**ABOUT THIS EXERCISE:** Once the line with "v 9.033 0 -22.656" is found in the entries below, print it and each following line exactly, stopping after the line with "v 7.127 0 -23.091"; print nothing else.

***** THE INPUT *****

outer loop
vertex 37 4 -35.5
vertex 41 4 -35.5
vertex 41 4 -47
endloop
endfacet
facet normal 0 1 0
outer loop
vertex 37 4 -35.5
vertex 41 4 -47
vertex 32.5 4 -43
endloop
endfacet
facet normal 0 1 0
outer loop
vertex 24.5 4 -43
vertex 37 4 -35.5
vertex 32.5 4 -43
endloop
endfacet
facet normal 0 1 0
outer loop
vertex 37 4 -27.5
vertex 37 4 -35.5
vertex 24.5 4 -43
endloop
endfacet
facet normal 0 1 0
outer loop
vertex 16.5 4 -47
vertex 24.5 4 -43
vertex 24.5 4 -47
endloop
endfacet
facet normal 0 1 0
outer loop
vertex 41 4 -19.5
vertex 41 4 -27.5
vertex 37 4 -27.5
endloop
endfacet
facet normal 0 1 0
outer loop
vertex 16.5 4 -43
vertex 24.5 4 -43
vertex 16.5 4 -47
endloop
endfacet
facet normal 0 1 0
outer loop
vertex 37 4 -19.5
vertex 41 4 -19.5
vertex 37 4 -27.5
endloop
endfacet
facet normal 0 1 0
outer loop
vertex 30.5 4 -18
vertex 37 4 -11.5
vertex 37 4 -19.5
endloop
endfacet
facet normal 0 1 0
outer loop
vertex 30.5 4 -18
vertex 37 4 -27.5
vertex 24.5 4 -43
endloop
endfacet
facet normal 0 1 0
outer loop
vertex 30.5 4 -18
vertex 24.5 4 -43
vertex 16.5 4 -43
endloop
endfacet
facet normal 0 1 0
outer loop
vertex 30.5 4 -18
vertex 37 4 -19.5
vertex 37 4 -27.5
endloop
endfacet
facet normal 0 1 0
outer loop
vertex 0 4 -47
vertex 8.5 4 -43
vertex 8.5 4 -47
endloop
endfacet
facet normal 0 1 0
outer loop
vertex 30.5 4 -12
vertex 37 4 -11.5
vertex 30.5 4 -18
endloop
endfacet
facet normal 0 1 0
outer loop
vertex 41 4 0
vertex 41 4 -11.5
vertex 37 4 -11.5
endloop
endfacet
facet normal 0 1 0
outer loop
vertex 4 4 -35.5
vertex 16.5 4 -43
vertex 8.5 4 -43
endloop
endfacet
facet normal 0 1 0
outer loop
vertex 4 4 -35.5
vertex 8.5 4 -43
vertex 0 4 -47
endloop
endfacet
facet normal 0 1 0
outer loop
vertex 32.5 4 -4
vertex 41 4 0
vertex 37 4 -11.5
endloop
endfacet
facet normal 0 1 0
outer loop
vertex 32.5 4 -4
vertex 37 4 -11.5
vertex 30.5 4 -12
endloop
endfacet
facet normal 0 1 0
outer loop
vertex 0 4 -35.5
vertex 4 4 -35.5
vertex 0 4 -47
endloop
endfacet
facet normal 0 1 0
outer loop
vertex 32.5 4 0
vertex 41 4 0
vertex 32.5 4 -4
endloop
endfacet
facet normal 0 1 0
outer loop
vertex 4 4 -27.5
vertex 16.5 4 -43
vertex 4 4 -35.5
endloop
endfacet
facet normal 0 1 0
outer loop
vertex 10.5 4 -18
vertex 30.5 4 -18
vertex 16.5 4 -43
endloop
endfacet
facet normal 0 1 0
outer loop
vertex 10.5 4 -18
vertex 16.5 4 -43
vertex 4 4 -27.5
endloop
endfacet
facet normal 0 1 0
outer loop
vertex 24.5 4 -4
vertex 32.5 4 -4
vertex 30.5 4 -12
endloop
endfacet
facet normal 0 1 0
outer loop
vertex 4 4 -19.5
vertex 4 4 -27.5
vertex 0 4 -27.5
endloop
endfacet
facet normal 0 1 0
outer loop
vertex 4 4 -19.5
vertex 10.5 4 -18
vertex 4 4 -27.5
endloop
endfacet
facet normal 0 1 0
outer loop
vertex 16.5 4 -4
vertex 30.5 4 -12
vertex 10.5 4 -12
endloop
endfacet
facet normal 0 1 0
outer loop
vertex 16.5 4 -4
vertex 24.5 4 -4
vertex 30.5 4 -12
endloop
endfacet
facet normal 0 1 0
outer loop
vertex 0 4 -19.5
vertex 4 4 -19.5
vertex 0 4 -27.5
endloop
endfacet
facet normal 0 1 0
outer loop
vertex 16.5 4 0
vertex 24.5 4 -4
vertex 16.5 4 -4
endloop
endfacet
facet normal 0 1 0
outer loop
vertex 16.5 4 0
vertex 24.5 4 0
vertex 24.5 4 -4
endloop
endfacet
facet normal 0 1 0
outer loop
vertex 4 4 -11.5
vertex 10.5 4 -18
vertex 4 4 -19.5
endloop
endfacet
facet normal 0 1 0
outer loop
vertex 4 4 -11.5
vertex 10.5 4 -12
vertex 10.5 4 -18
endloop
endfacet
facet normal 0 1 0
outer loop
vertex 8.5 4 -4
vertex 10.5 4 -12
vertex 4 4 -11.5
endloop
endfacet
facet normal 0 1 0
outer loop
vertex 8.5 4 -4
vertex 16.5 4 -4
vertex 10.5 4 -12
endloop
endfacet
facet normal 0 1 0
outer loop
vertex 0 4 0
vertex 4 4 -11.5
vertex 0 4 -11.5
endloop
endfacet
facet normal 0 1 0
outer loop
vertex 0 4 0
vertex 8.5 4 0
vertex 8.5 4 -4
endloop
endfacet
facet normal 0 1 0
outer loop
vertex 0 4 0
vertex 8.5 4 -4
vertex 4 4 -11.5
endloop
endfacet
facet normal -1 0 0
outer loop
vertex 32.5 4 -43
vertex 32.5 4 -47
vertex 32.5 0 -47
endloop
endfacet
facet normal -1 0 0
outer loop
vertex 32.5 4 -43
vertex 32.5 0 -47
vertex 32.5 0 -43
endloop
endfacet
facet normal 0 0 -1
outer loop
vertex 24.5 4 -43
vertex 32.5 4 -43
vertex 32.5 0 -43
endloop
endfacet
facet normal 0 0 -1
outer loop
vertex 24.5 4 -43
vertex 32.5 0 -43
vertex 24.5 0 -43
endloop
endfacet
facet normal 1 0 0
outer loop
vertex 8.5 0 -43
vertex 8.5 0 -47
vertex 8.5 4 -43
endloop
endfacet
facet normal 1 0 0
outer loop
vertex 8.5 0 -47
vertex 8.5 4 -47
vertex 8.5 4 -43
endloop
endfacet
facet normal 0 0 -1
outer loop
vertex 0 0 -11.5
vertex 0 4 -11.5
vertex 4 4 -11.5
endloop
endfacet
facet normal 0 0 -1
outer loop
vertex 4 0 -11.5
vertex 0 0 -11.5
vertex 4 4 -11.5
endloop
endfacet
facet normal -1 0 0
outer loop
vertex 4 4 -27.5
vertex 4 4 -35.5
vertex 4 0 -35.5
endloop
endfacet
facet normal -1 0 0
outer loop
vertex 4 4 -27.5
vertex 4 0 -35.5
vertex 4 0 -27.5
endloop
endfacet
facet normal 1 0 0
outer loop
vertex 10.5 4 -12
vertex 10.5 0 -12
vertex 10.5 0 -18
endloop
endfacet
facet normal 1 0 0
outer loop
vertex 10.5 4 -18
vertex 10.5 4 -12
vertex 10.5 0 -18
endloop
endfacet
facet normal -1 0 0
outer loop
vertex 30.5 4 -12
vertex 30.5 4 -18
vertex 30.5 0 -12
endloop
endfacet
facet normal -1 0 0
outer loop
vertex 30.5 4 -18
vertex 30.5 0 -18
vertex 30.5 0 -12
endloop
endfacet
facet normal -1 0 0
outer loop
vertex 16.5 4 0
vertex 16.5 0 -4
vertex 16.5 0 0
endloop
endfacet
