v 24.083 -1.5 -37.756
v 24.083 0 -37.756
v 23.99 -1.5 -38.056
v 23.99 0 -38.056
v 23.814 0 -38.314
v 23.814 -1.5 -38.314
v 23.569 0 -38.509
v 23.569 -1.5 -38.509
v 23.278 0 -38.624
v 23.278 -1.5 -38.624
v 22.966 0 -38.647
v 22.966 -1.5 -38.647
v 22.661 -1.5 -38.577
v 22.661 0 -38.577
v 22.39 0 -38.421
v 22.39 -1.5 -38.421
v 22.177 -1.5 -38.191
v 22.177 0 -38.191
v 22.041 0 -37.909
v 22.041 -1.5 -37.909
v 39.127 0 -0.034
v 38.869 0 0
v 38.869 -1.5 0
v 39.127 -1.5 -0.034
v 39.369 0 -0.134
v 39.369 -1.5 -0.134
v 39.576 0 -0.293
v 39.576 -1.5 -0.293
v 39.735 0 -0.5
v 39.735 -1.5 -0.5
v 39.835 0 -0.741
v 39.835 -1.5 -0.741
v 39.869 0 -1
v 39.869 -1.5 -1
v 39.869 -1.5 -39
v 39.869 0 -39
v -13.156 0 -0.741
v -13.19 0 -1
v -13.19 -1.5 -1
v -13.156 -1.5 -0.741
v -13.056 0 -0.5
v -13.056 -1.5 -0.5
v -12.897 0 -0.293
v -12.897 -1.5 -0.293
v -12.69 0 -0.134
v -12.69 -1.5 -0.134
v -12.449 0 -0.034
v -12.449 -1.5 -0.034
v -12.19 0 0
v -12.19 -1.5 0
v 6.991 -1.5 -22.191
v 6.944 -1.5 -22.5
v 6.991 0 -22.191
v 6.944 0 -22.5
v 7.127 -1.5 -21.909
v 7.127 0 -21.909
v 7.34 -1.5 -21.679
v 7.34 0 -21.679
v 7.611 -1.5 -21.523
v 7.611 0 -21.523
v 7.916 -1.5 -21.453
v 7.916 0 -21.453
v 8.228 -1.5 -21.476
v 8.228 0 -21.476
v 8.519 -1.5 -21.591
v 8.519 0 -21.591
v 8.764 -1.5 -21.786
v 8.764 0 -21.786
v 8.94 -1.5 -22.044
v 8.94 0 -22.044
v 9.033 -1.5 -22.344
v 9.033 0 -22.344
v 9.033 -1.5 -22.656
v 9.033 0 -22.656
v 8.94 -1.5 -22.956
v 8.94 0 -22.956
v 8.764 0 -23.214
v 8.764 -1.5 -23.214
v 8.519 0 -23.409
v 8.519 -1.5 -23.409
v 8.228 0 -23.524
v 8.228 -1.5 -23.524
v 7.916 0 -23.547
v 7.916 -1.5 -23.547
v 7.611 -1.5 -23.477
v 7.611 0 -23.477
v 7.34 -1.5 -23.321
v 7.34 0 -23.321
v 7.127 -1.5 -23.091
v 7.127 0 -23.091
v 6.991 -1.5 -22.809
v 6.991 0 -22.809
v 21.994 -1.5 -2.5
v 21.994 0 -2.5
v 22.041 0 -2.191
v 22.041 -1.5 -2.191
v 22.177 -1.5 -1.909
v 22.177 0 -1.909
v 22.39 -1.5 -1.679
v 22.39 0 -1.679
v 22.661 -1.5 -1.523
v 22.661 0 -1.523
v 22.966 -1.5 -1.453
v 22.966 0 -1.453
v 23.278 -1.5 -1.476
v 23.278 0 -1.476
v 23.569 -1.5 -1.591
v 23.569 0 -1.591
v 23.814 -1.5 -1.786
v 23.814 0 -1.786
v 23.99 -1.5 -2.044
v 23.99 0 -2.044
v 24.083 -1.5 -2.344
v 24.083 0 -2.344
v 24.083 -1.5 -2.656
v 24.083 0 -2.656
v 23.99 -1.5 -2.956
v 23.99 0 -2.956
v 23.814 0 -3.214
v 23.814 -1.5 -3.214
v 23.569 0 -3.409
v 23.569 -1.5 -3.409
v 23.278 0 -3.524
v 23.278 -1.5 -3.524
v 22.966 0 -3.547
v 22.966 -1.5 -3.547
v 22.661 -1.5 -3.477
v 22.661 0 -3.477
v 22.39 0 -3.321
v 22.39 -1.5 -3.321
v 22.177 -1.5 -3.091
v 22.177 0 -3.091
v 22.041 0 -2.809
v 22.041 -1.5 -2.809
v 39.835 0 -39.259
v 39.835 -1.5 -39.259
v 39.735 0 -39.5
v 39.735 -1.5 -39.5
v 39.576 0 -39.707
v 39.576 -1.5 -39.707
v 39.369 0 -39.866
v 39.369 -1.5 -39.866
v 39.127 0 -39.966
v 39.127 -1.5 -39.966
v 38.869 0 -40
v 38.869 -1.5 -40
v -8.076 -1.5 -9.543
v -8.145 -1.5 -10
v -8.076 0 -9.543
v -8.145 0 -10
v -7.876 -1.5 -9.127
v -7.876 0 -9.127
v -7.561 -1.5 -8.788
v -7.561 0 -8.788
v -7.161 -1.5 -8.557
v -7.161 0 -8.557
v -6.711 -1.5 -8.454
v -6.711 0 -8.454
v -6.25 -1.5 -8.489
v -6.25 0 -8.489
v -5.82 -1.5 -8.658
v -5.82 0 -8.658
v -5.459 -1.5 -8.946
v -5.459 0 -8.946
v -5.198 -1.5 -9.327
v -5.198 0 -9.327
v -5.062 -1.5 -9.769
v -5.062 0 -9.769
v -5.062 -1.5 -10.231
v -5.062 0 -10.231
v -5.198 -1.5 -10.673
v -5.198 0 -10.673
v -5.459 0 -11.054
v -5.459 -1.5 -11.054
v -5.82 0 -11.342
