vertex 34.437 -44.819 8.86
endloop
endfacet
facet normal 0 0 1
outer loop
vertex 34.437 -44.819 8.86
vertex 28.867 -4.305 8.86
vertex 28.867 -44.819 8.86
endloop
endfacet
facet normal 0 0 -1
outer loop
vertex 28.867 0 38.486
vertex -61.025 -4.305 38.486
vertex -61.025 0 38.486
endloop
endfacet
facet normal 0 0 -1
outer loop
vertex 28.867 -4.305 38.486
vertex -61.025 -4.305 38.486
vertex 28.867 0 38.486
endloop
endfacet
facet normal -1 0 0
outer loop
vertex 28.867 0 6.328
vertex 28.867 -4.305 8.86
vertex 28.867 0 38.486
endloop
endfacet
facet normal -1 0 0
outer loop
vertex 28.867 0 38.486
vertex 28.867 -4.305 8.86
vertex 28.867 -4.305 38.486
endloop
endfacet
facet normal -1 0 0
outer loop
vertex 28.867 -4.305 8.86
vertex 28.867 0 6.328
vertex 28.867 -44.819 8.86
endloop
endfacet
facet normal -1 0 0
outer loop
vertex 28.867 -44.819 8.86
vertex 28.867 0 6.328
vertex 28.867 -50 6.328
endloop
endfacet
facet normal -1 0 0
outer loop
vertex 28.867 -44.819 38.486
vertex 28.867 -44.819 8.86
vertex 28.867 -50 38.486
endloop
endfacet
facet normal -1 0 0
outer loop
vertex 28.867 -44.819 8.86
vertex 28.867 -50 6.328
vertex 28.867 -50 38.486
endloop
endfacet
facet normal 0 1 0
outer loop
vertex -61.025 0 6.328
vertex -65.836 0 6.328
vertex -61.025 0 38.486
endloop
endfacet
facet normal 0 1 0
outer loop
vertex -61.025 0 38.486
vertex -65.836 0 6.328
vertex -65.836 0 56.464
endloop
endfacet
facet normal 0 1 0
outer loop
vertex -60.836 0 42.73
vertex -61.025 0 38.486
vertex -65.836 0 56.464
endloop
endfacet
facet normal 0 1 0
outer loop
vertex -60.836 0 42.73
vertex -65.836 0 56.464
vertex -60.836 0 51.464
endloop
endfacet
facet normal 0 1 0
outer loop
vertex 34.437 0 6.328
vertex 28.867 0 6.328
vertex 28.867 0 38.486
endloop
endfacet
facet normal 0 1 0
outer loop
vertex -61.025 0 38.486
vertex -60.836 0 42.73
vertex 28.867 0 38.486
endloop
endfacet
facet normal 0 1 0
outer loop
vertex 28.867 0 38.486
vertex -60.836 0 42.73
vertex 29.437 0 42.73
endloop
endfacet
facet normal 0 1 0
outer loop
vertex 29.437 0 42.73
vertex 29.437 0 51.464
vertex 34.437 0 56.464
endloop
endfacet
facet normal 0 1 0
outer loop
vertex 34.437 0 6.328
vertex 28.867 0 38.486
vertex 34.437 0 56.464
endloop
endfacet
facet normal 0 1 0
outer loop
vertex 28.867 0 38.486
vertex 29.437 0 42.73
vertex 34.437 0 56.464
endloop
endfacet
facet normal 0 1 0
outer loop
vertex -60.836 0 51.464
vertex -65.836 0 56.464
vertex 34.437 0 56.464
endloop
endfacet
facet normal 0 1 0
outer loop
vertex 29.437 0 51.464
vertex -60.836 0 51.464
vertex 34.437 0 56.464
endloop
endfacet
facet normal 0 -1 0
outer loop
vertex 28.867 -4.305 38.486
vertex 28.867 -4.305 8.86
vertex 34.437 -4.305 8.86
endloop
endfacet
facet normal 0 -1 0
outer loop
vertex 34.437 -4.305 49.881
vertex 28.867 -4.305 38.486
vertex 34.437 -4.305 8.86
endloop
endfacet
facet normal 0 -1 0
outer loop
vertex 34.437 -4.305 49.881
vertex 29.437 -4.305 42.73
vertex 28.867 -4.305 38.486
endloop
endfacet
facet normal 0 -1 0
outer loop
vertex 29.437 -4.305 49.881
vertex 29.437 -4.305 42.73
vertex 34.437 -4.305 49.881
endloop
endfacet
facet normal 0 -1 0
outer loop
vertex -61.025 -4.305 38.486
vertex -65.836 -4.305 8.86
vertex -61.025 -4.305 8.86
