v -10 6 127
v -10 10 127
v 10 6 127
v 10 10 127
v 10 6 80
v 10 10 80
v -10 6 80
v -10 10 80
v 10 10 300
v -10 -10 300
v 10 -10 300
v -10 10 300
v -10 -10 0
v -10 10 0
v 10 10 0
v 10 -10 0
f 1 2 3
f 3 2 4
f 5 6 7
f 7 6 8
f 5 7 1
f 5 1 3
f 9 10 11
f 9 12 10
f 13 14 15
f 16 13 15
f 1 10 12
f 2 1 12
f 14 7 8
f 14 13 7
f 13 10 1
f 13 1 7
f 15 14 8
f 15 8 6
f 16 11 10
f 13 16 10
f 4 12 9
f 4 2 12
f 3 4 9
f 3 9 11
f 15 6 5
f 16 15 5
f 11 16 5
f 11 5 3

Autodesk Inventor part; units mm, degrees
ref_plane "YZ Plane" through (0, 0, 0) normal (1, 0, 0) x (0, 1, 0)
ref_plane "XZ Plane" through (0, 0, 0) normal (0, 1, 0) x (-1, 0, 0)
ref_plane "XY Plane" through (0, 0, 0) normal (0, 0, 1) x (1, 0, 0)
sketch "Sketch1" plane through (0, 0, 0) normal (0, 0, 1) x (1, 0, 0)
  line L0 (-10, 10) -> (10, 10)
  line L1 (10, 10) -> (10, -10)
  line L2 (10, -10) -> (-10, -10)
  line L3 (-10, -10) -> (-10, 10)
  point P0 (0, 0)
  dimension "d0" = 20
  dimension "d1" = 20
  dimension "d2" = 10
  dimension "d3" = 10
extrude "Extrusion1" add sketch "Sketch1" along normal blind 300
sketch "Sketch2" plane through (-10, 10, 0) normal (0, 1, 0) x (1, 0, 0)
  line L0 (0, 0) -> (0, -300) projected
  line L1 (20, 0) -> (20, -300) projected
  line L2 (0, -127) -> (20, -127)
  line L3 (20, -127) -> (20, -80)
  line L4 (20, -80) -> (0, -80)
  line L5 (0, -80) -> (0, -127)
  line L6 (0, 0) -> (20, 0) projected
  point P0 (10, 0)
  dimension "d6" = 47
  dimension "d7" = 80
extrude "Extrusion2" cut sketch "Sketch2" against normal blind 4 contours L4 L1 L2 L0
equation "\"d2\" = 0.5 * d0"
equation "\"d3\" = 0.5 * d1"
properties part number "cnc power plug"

*****

**FINISHED EXERCISE:**
v 9.033 0 -22.656
v 8.94 -1.5 -22.956
v 8.94 0 -22.956
v 8.764 0 -23.214
v 8.764 -1.5 -23.214
v 8.519 0 -23.409
v 8.519 -1.5 -23.409
v 8.228 0 -23.524
v 8.228 -1.5 -23.524
v 7.916 0 -23.547
v 7.916 -1.5 -23.547
v 7.611 -1.5 -23.477
v 7.611 0 -23.477
v 7.34 -1.5 -23.321
v 7.34 0 -23.321
v 7.127 -1.5 -23.091
v 7.127 0 -23.091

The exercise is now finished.